About this exercise: The entries below contain a line with "v 0.556 7.453 1" and a line with "v 1.333 5.574 1.5". Retype exactly everything from the first down to the second, both included, and nothing else.
* * *
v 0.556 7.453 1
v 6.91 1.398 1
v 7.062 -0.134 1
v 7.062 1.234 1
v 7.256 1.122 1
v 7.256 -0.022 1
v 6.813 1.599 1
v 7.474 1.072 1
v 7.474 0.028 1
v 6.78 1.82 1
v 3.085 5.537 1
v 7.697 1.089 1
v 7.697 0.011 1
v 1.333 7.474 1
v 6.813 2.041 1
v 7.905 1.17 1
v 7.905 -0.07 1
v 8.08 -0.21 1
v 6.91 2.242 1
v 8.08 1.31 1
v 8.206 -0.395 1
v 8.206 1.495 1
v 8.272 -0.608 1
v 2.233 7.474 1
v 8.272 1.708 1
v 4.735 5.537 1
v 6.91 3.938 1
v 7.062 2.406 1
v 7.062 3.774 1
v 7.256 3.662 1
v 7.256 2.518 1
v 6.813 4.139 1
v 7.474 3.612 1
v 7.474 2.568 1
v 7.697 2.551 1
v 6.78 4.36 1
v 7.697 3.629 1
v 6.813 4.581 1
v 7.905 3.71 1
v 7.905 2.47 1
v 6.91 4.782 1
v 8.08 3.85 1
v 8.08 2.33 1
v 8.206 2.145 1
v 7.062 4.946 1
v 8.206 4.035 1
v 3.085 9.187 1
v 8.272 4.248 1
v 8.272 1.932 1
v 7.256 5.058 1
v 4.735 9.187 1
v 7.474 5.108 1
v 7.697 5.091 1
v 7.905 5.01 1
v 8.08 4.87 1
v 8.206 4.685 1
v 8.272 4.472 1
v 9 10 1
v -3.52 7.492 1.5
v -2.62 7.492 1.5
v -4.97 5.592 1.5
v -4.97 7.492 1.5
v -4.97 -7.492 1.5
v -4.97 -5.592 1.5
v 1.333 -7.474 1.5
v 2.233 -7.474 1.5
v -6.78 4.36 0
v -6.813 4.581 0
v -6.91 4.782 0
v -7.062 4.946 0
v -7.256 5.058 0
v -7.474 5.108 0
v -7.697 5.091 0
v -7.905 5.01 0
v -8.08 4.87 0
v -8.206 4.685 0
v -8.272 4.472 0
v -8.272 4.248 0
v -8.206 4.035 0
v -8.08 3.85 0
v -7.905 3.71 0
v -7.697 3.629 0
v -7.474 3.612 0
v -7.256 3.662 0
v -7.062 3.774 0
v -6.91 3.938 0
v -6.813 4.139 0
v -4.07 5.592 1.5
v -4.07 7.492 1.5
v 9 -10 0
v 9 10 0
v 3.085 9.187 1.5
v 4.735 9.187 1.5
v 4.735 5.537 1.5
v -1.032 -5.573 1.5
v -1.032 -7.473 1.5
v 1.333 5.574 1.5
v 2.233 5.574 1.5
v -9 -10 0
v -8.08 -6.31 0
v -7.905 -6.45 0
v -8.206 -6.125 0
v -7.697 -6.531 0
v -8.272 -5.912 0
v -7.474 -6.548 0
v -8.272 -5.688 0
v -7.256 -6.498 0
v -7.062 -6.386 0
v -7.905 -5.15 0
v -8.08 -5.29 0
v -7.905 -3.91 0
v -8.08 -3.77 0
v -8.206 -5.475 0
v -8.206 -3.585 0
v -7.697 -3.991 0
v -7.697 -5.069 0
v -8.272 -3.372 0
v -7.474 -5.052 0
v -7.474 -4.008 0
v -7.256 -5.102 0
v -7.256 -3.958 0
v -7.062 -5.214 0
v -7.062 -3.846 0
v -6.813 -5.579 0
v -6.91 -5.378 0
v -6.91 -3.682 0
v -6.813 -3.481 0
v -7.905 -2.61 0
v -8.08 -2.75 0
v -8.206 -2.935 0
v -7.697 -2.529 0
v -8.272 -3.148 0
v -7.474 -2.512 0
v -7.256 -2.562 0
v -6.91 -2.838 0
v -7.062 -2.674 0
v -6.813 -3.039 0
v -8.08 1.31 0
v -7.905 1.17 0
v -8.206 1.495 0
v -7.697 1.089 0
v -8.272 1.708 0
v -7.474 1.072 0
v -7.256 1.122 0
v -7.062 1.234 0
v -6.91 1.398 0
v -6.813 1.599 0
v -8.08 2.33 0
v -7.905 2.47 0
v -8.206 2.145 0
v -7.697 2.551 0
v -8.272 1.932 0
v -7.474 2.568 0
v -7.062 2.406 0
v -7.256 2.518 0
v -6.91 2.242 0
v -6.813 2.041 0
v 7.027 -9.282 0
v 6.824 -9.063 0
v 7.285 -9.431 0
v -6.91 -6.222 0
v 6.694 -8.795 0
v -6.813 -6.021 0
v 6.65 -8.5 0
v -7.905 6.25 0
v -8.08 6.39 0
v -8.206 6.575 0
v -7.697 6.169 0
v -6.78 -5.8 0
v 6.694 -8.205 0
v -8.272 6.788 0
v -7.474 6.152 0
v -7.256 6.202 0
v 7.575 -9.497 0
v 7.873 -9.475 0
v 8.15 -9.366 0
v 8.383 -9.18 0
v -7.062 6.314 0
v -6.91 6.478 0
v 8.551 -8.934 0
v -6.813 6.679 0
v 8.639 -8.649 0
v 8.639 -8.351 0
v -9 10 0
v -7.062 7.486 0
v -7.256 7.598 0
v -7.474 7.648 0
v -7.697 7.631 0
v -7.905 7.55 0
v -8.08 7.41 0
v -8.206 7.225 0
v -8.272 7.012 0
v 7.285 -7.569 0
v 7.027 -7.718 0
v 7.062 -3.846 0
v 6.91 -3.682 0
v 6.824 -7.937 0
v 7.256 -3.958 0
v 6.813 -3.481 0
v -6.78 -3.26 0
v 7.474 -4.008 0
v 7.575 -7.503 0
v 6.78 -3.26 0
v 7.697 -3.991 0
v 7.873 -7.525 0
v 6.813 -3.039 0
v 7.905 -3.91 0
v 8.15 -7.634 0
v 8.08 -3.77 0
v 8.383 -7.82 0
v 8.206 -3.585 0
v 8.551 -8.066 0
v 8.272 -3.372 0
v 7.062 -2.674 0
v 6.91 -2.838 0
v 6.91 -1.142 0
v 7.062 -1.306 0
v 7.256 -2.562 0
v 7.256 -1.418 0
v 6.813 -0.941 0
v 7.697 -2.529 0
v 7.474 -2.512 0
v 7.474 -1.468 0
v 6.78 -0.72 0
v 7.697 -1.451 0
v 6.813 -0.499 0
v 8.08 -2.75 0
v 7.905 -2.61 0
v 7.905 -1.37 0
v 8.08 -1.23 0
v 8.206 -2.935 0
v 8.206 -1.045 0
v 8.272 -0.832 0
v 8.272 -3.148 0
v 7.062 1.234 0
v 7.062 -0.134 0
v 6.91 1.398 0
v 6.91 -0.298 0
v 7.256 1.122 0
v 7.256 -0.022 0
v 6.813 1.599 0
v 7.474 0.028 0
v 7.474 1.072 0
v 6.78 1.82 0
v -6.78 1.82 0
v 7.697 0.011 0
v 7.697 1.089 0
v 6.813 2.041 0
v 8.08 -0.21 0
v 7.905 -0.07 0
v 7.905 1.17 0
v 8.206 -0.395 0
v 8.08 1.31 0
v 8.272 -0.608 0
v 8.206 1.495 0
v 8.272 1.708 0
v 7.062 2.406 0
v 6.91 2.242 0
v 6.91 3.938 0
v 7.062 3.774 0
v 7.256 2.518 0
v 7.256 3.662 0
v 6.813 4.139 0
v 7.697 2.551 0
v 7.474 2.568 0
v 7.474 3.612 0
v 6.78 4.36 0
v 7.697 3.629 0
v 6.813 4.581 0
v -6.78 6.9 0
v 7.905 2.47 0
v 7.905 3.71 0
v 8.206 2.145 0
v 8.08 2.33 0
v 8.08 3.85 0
* * *
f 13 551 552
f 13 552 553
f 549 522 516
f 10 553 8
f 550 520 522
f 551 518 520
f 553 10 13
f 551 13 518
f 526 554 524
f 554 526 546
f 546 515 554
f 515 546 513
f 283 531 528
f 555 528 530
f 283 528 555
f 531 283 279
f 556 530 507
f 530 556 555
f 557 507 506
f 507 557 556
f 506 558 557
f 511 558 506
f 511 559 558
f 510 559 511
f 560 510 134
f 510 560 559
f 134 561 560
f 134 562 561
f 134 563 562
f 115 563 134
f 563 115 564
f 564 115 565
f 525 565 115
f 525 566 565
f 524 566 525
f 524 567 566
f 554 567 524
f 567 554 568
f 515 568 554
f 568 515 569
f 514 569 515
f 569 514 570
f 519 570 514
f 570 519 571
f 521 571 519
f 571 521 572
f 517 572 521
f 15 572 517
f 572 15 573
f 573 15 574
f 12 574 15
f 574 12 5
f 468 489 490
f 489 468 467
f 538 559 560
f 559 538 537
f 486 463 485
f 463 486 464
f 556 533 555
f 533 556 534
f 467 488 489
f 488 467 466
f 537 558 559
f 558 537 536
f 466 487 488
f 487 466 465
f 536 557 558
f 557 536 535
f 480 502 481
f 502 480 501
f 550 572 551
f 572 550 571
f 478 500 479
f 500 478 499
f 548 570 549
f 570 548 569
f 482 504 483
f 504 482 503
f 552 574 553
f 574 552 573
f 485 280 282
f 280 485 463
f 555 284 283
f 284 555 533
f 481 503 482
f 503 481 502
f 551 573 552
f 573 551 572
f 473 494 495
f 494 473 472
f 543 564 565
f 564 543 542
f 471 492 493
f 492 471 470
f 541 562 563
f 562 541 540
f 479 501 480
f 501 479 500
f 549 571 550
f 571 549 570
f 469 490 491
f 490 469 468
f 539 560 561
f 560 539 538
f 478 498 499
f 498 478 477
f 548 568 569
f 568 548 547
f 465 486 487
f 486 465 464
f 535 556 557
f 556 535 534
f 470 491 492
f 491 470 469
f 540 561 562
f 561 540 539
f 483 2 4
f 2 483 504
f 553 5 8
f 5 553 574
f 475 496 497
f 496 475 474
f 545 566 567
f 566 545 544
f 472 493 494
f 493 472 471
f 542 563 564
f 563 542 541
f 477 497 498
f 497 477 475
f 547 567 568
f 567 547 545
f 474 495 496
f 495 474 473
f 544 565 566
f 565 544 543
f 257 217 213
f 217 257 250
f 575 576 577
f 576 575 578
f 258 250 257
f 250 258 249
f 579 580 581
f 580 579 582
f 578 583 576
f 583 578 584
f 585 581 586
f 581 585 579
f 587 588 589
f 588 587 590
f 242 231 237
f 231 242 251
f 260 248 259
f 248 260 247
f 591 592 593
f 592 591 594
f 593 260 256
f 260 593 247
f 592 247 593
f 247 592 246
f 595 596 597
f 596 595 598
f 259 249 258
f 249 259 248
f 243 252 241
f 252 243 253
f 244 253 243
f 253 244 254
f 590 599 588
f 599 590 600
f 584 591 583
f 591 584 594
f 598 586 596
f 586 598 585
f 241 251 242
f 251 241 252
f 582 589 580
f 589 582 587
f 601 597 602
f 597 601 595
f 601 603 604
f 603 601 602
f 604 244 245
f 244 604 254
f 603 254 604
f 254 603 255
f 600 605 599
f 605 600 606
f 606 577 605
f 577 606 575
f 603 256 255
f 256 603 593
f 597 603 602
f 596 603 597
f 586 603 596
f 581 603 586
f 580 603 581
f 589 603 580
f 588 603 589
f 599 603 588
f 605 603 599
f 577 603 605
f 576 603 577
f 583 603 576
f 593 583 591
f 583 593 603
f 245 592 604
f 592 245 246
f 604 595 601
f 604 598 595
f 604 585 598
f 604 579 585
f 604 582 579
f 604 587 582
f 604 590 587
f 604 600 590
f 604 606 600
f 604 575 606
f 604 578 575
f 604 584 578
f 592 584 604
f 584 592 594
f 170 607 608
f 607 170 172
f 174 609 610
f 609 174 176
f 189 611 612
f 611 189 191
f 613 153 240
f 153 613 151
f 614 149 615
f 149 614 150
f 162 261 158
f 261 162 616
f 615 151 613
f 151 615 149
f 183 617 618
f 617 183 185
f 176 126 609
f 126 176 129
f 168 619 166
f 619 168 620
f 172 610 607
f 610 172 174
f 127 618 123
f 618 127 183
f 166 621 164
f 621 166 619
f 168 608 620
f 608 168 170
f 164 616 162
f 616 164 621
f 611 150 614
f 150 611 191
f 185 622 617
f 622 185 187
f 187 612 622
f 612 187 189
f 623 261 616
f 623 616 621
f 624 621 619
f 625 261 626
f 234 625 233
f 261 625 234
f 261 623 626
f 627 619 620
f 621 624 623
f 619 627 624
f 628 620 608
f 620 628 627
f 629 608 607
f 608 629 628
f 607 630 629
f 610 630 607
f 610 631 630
* * *
Exercise answer:
v 0.556 7.453 1
v 6.91 1.398 1
v 7.062 -0.134 1
v 7.062 1.234 1
v 7.256 1.122 1
v 7.256 -0.022 1
v 6.813 1.599 1
v 7.474 1.072 1
v 7.474 0.028 1
v 6.78 1.82 1
v 3.085 5.537 1
v 7.697 1.089 1
v 7.697 0.011 1
v 1.333 7.474 1
v 6.813 2.041 1
v 7.905 1.17 1
v 7.905 -0.07 1
v 8.08 -0.21 1
v 6.91 2.242 1
v 8.08 1.31 1
v 8.206 -0.395 1
v 8.206 1.495 1
v 8.272 -0.608 1
v 2.233 7.474 1
v 8.272 1.708 1
v 4.735 5.537 1
v 6.91 3.938 1
v 7.062 2.406 1
v 7.062 3.774 1
v 7.256 3.662 1
v 7.256 2.518 1
v 6.813 4.139 1
v 7.474 3.612 1
v 7.474 2.568 1
v 7.697 2.551 1
v 6.78 4.36 1
v 7.697 3.629 1
v 6.813 4.581 1
v 7.905 3.71 1
v 7.905 2.47 1
v 6.91 4.782 1
v 8.08 3.85 1
v 8.08 2.33 1
v 8.206 2.145 1
v 7.062 4.946 1
v 8.206 4.035 1
v 3.085 9.187 1
v 8.272 4.248 1
v 8.272 1.932 1
v 7.256 5.058 1
v 4.735 9.187 1
v 7.474 5.108 1
v 7.697 5.091 1
v 7.905 5.01 1
v 8.08 4.87 1
v 8.206 4.685 1
v 8.272 4.472 1
v 9 10 1
v -3.52 7.492 1.5
v -2.62 7.492 1.5
v -4.97 5.592 1.5
v -4.97 7.492 1.5
v -4.97 -7.492 1.5
v -4.97 -5.592 1.5
v 1.333 -7.474 1.5
v 2.233 -7.474 1.5
v -6.78 4.36 0
v -6.813 4.581 0
v -6.91 4.782 0
v -7.062 4.946 0
v -7.256 5.058 0
v -7.474 5.108 0
v -7.697 5.091 0
v -7.905 5.01 0
v -8.08 4.87 0
v -8.206 4.685 0
v -8.272 4.472 0
v -8.272 4.248 0
v -8.206 4.035 0
v -8.08 3.85 0
v -7.905 3.71 0
v -7.697 3.629 0
v -7.474 3.612 0
v -7.256 3.662 0
v -7.062 3.774 0
v -6.91 3.938 0
v -6.813 4.139 0
v -4.07 5.592 1.5
v -4.07 7.492 1.5
v 9 -10 0
v 9 10 0
v 3.085 9.187 1.5
v 4.735 9.187 1.5
v 4.735 5.537 1.5
v -1.032 -5.573 1.5
v -1.032 -7.473 1.5
v 1.333 5.574 1.5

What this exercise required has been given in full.